Venezuela, que ha producido una de las más impresionantes escrituras

teatrales de la utopía concebidas por el teatro latinoamericano —El día que

me quieras, de José Ignacio Cabrujas— no me dejará mentir.

5
Richard Schechner: The Future of Ritual, Routledge Ed. , London-New York, 1993, p.
262.
En la obra de Cabrujas la ritualidad combina y repite gestos,

palabras y referentes "sacros" y despliega el mito —en este caso dos mitos

entrelazados, Gardel y la Revolución de Octubre. (Toda ritualización está

alojada en algún mito). El resultado es un trascendente discurso sobre la

utopía que la problematiza y, en lo profundo, la afirma por una vía

paradójica.

El juego, por su parte, es el mundo de las construcciones frágiles, de

la precariedad asumida, de las asociaciones no previstas. El juego

descubre e inventa por medio de la desestabilización y la reconstrucción de

la conducta. Es por eso que constituye un dominio por excelencia de la

creatividad y la renovación. (Sólo es creativo el pensamiento que juega, el

pensamiento "que se piensa a sí mismo", diría Einstein).
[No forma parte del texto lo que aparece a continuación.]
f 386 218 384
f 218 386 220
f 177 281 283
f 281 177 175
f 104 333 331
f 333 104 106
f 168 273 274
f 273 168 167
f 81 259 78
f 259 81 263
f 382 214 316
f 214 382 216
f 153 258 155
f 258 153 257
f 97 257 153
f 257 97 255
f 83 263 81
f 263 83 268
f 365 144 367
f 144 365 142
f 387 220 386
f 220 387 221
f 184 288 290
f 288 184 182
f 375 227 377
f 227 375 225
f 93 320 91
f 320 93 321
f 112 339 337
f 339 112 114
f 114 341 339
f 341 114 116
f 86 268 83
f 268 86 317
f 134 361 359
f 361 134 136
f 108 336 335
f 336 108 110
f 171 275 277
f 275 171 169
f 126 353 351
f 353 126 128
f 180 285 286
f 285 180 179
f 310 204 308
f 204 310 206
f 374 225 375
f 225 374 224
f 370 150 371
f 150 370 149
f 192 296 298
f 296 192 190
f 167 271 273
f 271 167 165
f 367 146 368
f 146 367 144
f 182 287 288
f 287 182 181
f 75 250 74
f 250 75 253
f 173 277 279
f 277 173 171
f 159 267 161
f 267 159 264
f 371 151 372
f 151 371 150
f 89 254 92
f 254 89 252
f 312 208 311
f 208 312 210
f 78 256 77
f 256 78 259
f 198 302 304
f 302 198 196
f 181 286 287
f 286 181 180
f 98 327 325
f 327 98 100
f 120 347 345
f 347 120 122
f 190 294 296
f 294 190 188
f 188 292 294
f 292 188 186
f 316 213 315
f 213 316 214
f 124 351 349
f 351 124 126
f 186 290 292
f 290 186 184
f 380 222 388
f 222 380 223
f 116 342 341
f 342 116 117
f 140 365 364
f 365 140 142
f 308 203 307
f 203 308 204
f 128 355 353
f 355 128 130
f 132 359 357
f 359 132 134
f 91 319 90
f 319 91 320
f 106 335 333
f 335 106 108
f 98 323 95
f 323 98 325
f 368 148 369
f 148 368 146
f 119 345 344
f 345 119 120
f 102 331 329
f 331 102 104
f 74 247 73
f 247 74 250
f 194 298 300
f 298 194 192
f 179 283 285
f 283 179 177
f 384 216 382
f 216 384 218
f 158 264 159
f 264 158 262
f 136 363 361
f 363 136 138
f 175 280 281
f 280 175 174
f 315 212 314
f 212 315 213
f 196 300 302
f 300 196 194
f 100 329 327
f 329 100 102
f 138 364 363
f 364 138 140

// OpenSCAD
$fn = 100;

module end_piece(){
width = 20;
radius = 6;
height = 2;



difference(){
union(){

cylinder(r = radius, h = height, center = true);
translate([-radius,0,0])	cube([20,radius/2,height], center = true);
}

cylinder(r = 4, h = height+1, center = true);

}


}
Para ejemplificar esta tendencia lúdicra tan poderosa en el Caribe,

evocaré el caso de Puerto Rico, donde se producen juguetones desfiles

políticos animados por teatreros, carnavales terribles como la Marcha de la

Plena Verdad (inspirada en una canción de Willie Colón), protesta pública

espectacular que a fines de los ochenta denunció el peligro de

contaminación nuclear y de invasión a Nicaragua. En Puerto Rico, Luis

Rafael Sánchez hace una dramaturgia basada en el juego que trastoca la

palabra y las identidades, y propone al público —como ocurre en Quíntu-

ples— desequilibrios tentadores. También en Puerto Rico Rosa Luisa

Márquez y Antonio Martorell han inventado un camino para transitar del

juego a la utopía.
Tuve la suerte de participar, en La Habana, en una performance

organizada por estos boricuas.

Todos picábamos papel, cortábamos, pegábamos, hacíamos faroles y

pajaritas. Al cabo de quince días de convivir y picar papeles, nuestro frío

hotel habanero quedó convertido en un castillo encantado a la caribeña,

con colorines y herejías y atmósfera de disfraz, salsa y merengue desde el

desayuno —bailado— hasta el amanecer. El día del "estreno" de aquella

creación, después de recorrer el pueblo vecino y reclutar a una entusiasta

multitud —nunca nos falta una entusiasta multitud en Cuba—,

regresamos a  invadir nuestro propio castillo. ¿Qué nos esperaba? Un

flamante túnel de papel de periódico construido en el breve intervalo que

nos tomó ir y venir al pueblito vecino. A través de ese túnel, y custodiados

por “policías” vestidos con papel de periódicos, por primera vez los

pobladores tuvieron permiso para ingresar al exclusivo hotel.

Al final del túnel nos esperaba el sol implacable del verano y una

piscina muy transparente cubierta de cientos de barquitos... de papel.

Sobre todo aquello sonaba un glorioso himno caribeño: Juan Luis Guerra

cantaba, a todo volumen, desde todos lo altavoces, Ojalá que llueva café. Y

ese deseo de vida mejor fue bailado, cantado, jugado y actuado a pleno sol

por hombres, niños, mujeres, ancianos, artistas, cocineros y policías,

hasta que el deseo de vida mejor quedó para siempre metido en el cuerpo

de aquellos que se atreven a jugar.


El teatro caribeño pudiera ser este haz de conductas de resistencia y

libertad orientadas a cambiar la dominación por la libertad. Así traté de

describirlo: pero al mismo tiempo me digo: no mitifiquemos al Caribe.

Somos vulnerables a la asimilación; estamos fragmentados e

insuficientemente comunicados, más allá de nuestro deseo. Sin embargo,

nuestro teatro y nuestras ceremonias nos dicen que tenemos "musiquita

por dentro", que tenemos tendencia al paraíso, que sabemos invocar

"poderes" y que jugamos, corriendo el riesgo del caos pero apostando a la

transformación.

Un teatro con estos atributos no tiene otra opción que funcionar

como un taller para construcción de utopías.